The influence of ruin on profit expectancy
Taleb followed his thought experiment on ensemble versus time probability by quoting Warren Buffet:
“In order to succeed, you must first survive.”
He followed it with his own interpretation:
“The presence of ruin does not allow cost-benefit analyses.”
Buffet and Taleb are right. Ruin changes the expectancy calculation. When we attempt to estimate expected profitability, we do so by ignoring all those occasions where our betting sequence is cut short. The estimated profit expectancies in the table above all assume 1,000 wagers. Evidently, when the probability of ruin is non-zero not all sequences will last that long.
Consider a bettor placing wagers at odds of two at stakes of 10 units. They face a 23% risk of ruin within 1,000 wagers. In my 10,000 betting history simulations, 95% of those sequences that experienced ruin theoretically went on to show a profit with an average return on investment of 105.74%. But in reality, those profits would never have happened, because there is no next day for the ruined bettor.

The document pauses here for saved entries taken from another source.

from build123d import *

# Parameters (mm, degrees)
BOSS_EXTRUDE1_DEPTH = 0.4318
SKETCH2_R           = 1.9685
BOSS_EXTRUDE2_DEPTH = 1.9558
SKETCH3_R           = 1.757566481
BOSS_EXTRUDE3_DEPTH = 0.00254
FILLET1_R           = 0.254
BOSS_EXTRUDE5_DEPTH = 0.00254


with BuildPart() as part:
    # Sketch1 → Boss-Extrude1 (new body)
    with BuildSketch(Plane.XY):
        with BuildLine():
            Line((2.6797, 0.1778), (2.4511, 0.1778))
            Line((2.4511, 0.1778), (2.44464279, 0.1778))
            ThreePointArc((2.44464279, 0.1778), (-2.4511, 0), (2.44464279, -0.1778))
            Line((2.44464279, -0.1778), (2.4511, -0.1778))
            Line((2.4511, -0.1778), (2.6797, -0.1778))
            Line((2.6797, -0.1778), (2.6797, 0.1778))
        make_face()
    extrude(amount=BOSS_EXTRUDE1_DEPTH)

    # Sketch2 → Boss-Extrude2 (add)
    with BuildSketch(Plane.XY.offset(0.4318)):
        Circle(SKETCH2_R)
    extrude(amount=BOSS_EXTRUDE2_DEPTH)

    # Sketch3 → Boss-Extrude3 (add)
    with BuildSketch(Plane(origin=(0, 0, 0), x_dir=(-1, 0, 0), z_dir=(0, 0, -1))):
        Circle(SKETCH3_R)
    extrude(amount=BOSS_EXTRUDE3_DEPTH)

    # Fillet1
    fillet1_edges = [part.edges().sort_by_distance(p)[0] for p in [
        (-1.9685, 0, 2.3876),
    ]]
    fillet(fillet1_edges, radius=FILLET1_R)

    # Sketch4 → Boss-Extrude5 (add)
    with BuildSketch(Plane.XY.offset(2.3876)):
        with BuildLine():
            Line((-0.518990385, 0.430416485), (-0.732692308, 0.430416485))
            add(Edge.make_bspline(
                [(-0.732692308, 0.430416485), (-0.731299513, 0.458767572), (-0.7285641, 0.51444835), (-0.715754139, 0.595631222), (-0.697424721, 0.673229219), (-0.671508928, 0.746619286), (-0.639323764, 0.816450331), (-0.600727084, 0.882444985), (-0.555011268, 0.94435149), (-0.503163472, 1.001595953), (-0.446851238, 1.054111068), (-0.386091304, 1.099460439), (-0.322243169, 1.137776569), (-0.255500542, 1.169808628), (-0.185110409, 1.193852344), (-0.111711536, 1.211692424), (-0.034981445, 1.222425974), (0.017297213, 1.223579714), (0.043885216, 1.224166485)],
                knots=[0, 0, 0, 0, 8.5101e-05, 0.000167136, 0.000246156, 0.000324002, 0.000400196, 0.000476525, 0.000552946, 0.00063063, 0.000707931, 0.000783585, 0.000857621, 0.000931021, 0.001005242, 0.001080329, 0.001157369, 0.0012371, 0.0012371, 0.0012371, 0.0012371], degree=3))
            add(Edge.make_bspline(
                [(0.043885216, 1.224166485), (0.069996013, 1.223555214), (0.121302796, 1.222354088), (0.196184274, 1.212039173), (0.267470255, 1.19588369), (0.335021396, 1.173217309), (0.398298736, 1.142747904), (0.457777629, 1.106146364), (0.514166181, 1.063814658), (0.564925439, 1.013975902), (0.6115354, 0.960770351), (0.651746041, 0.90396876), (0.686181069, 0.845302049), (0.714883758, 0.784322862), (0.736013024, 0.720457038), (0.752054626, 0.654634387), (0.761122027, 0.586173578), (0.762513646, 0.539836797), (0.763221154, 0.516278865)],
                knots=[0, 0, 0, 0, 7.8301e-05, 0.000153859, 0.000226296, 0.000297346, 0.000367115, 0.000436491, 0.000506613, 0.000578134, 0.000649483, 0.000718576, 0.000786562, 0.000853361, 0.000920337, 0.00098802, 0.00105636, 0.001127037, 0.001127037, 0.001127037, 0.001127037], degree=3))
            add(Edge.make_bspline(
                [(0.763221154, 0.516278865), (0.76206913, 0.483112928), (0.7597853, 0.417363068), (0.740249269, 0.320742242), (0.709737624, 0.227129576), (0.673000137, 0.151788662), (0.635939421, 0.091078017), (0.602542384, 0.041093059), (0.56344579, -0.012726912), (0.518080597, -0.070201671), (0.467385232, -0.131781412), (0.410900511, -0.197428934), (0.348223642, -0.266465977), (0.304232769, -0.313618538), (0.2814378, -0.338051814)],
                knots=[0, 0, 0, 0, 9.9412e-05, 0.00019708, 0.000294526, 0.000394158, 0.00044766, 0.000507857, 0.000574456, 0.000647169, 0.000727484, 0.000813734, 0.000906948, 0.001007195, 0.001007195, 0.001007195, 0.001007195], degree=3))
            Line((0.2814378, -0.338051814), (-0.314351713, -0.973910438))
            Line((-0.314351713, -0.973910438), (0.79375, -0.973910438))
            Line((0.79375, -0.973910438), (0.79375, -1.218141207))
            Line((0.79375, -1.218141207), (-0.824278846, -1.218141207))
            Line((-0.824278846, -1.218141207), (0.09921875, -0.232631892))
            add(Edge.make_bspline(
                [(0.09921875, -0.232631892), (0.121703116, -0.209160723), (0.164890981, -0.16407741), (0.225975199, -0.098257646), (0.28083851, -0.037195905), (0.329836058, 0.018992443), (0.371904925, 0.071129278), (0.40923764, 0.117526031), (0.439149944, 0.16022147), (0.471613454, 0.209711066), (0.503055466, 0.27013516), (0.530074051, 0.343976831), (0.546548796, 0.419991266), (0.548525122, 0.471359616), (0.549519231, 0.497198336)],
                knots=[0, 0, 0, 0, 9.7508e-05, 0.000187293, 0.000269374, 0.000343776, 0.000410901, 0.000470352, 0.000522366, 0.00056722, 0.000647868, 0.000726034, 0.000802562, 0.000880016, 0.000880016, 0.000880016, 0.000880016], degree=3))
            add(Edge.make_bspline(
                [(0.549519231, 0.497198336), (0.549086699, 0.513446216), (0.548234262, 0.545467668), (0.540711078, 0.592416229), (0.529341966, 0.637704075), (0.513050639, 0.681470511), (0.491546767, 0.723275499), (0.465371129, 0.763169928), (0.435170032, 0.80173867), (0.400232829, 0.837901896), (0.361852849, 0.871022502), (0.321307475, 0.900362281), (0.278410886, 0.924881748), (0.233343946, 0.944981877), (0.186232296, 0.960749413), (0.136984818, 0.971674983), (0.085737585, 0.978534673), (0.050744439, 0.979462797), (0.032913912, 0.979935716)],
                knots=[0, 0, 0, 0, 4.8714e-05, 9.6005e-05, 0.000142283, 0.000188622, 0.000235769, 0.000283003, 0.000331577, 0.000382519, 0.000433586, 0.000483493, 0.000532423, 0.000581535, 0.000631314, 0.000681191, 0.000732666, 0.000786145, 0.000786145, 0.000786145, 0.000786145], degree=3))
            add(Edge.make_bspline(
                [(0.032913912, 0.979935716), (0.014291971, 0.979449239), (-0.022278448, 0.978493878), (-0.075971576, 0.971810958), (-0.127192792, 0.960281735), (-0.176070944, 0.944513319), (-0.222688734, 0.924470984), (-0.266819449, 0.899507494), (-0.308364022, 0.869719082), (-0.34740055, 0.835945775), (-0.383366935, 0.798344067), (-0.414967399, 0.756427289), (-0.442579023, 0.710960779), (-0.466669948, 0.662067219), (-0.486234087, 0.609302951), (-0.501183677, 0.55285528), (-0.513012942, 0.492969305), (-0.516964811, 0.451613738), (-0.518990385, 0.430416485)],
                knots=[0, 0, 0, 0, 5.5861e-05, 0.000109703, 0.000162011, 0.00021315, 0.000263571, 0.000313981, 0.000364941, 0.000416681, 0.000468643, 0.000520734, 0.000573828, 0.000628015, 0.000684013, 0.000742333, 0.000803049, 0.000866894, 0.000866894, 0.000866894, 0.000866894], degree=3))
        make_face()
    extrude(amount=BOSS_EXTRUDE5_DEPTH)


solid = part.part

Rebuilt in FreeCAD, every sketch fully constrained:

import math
import FreeCAD as App
import Part
import Sketcher

V = App.Vector
Q = App.Units.Quantity


def edges_at(feature, points):
    """Names of the edges that pass closest to the given points."""
    edges = feature.Shape.Edges
    near = lambda p: min(range(len(edges)), key=lambda i: edges[i].distToShape(Part.Vertex(*p))[0])
    return sorted({f"Edge{near(p) + 1}" for p in points})

doc = App.newDocument("Part")
body = doc.addObject("PartDesign::Body", "Body")

# Sketch on XY plane
sketch1 = body.newObject("Sketcher::SketchObject", "Sketch")
sketch1.AttachmentSupport = (doc.getObject("XY_Plane"), [""])
sketch1.MapMode = "FlatFace"
sketch1.addGeometry(Part.LineSegment(V(2.68, 0.18, 0), V(2.44, 0.18, 0)), False)
sketch1.addGeometry(Part.ArcOfCircle(Part.Circle(V(0, 0, 0), V(0, 0, 1), 2.45), math.radians(4), math.radians(356)), False)
sketch1.addGeometry(Part.LineSegment(V(2.44, -0.18, 0), V(2.68, -0.18, 0)), False)
sketch1.addGeometry(Part.LineSegment(V(2.68, -0.18, 0), V(2.68, 0.18, 0)), False)
sketch1.addConstraint(Sketcher.Constraint("Coincident", 0, 2, 1, 1))
sketch1.addConstraint(Sketcher.Constraint("Coincident", 1, 2, 2, 1))
sketch1.addConstraint(Sketcher.Constraint("Coincident", 2, 2, 3, 1))
sketch1.addConstraint(Sketcher.Constraint("Coincident", 3, 2, 0, 1))
sketch1.addConstraint(Sketcher.Constraint("Horizontal", 0))
sketch1.addConstraint(Sketcher.Constraint("Horizontal", 2))
sketch1.addConstraint(Sketcher.Constraint("Vertical", 3))
sketch1.addConstraint(Sketcher.Constraint("Coincident", 1, 3, -1, 1))
sketch1.addConstraint(Sketcher.Constraint("Vertical", 0, 2, 1, 2))
sketch1.addConstraint(Sketcher.Constraint("Radius", 1, Q("0.0965 in")))
sketch1.addConstraint(Sketcher.Constraint("DistanceY", 3, 1, 3, 2, Q("0.014 in")))
sketch1.addConstraint(Sketcher.Constraint("DistanceX", -1, 1, 2, 2, Q("0.1055 in")))
pad1 = body.newObject("PartDesign::Pad", "Pad")
pad1.Profile = sketch1
pad1.Length = Q("0.017 in")

# Sketch on XY plane
sketch2 = body.newObject("Sketcher::SketchObject", "Sketch001")
sketch2.AttachmentSupport = (doc.getObject("XY_Plane"), [""])
sketch2.MapMode = "FlatFace"
sketch2.AttachmentOffset = App.Placement(V(0, 0, 0.017 * 25.4), App.Rotation())
sketch2.addGeometry(Part.Circle(V(0, 0, 0), V(0, 0, 1), 2), False)
sketch2.addConstraint(Sketcher.Constraint("Coincident", 0, 3, -1, 1))
sketch2.addConstraint(Sketcher.Constraint("Diameter", 0, Q("0.155 in")))
pad2 = body.newObject("PartDesign::Pad", "Pad001")
pad2.Profile = sketch2
pad2.Length = Q("0.077 in")

# Sketch on XY plane
sketch3 = body.newObject("Sketcher::SketchObject", "Sketch002")
sketch3.AttachmentSupport = (doc.getObject("XY_Plane"), [""])
sketch3.MapMode = "FlatFace"
sketch3.addGeometry(Part.Circle(V(0, 0, 0), V(0, 0, 1), 1.8), False)
sketch3.addConstraint(Sketcher.Constraint("Coincident", 0, 3, -1, 1))
sketch3.addConstraint(Sketcher.Constraint("Diameter", 0, 3.515133))
pad3 = body.newObject("PartDesign::Pad", "Pad002")
pad3.Profile = sketch3
pad3.Length = Q("0.0001 in")
pad3.Reversed = True
doc.recompute()

fillet = body.newObject("PartDesign::Fillet", "Fillet")
fillet.Base = (pad3, edges_at(pad3, [(-1.968, 0, 2.388)]))
fillet.Radius = Q("0.01 in")

# Sketch on XY plane
sketch4 = body.newObject("Sketcher::SketchObject", "Sketch003")
sketch4.AttachmentSupport = (doc.getObject("XY_Plane"), [""])
sketch4.MapMode = "FlatFace"
sketch4.AttachmentOffset = App.Placement(V(0, 0, 0.094 * 25.4), App.Rotation())
sketch4.addGeometry(Part.LineSegment(V(-0.732692, 0.430416, 0), V(-0.51899, 0.430416, 0)), False)
sketch4.addGeometry(Part.BSplineCurve([V(0.032914, 0.979936, 0), V(0.014292, 0.979449, 0), V(-0.022278, 0.978494, 0), V(-0.075972, 0.971811, 0), V(-0.127193, 0.960282, 0), V(-0.176071, 0.944513, 0), V(-0.222689, 0.924471, 0), V(-0.266819, 0.899507, 0), V(-0.308364, 0.869719, 0), V(-0.347401, 0.835946, 0), V(-0.383367, 0.798344, 0), V(-0.414967, 0.756427, 0), V(-0.442579, 0.710961, 0), V(-0.46667, 0.662067, 0), V(-0.486234, 0.609303, 0), V(-0.501184, 0.552855, 0), V(-0.513013, 0.492969, 0), V(-0.516965, 0.451614, 0), V(-0.51899, 0.430416, 0)], [4, 1, 1, 1, 1, 1, 1, 1, 1, 1, 1, 1, 1, 1, 1, 1, 4], [0, 0.000055861, 0.000109703, 0.000162011, 0.00021315, 0.000263571, 0.000313981, 0.000364941, 0.000416681, 0.000468643, 0.000520734, 0.000573828, 0.000628015, 0.000684013, 0.000742333, 0.000803049, 0.000866894], False, 3, [1, 1, 1, 1, 1, 1, 1, 1, 1, 1, 1, 1, 1, 1, 1, 1, 1, 1, 1], False), False)
sketch4.addGeometry(Part.BSplineCurve([V(0.549519, 0.497198, 0), V(0.549087, 0.513446, 0), V(0.548234, 0.545468, 0), V(0.540711, 0.592416, 0), V(0.529342, 0.637704, 0), V(0.513051, 0.681471, 0), V(0.491547, 0.723275, 0), V(0.465371, 0.76317, 0), V(0.43517, 0.801739, 0), V(0.400233, 0.837902, 0), V(0.361853, 0.871023, 0), V(0.321307, 0.900362, 0), V(0.278411, 0.924882, 0), V(0.233344, 0.944982, 0), V(0.186232, 0.960749, 0), V(0.136985, 0.971675, 0), V(0.085738, 0.978535, 0), V(0.050744, 0.979463, 0), V(0.032914, 0.979936, 0)], [4, 1, 1, 1, 1, 1, 1, 1, 1, 1, 1, 1, 1, 1, 1, 1, 4], [0, 0.000048714, 0.000096005, 0.000142283, 0.000188622, 0.000235769, 0.000283003, 0.000331577, 0.000382519, 0.000433586, 0.000483493, 0.000532423, 0.000581535, 0.000631314, 0.000681191, 0.000732666, 0.000786145], False, 3, [1, 1, 1, 1, 1, 1, 1, 1, 1, 1, 1, 1, 1, 1, 1, 1, 1, 1, 1], False), False)
sketch4.addGeometry(Part.BSplineCurve([V(0.099219, -0.232632, 0), V(0.121703, -0.209161, 0), V(0.164891, -0.164077, 0), V(0.225975, -0.098258, 0), V(0.280839, -0.037196, 0), V(0.329836, 0.018992, 0), V(0.371905, 0.071129, 0), V(0.409238, 0.117526, 0), V(0.43915, 0.160221, 0), V(0.471613, 0.209711, 0), V(0.503055, 0.270135, 0), V(0.530074, 0.343977, 0), V(0.546549, 0.419991, 0), V(0.548525, 0.47136, 0), V(0.549519, 0.497198, 0)], [4, 1, 1, 1, 1, 1, 1, 1, 1, 1, 1, 1, 4], [0, 0.000097508, 0.000187293, 0.000269374, 0.000343776, 0.000410901, 0.000470352, 0.000522366, 0.00056722, 0.000647868, 0.000726034, 0.000802562, 0.000880016], False, 3, [1, 1, 1, 1, 1, 1, 1, 1, 1, 1, 1, 1, 1, 1, 1], False), False)
sketch4.addGeometry(Part.LineSegment(V(0.099219, -0.232632, 0), V(-0.824279, -1.218141, 0)), False)
sketch4.addGeometry(Part.LineSegment(V(-0.824279, -1.218141, 0), V(0.79375, -1.218141, 0)), False)
sketch4.addGeometry(Part.LineSegment(V(0.79375, -1.218141, 0), V(0.79375, -0.97391, 0)), False)
sketch4.addGeometry(Part.LineSegment(V(0.79375, -0.97391, 0), V(-0.314352, -0.97391, 0)), False)
sketch4.addGeometry(Part.LineSegment(V(-0.314352, -0.97391, 0), V(0.281438, -0.338052, 0)), False)
sketch4.addGeometry(Part.BSplineCurve([V(0.763221, 0.516279, 0), V(0.762069, 0.483113, 0), V(0.759785, 0.417363, 0), V(0.740249, 0.320742, 0), V(0.709738, 0.22713, 0), V(0.673, 0.151789, 0), V(0.635939, 0.091078, 0), V(0.602542, 0.041093, 0), V(0.563446, -0.012727, 0), V(0.518081, -0.070202, 0), V(0.467385, -0.131781, 0), V(0.410901, -0.197429, 0), V(0.348224, -0.266466, 0), V(0.304233, -0.313619, 0), V(0.281438, -0.338052, 0)], [4, 1, 1, 1, 1, 1, 1, 1, 1, 1, 1, 1, 4], [0, 0.000099412, 0.00019708, 0.000294526, 0.000394158, 0.00044766, 0.000507857, 0.000574456, 0.000647169, 0.000727484, 0.000813734, 0.000906948, 0.001007195], False, 3, [1, 1, 1, 1, 1, 1, 1, 1, 1, 1, 1, 1, 1, 1, 1], False), False)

If we want to keep real expectations as close as possible to their theoretical counterparts, we must minimise the risk of ruin to very small levels. Intuitively, most serious bettors understand this, but the analysis here will hopefully quantify these ideas.
What is very clear is that for even skilled advantage players, to hold the probability of ruin to levels significantly below 1% we cannot entertain stake sizes much beyond 1% of an initial bankroll, and smaller still if betting at longer odds. And when we actively think about our risk of ruin it becomes clear that the type of odds we might choose to wager makes very little difference at all.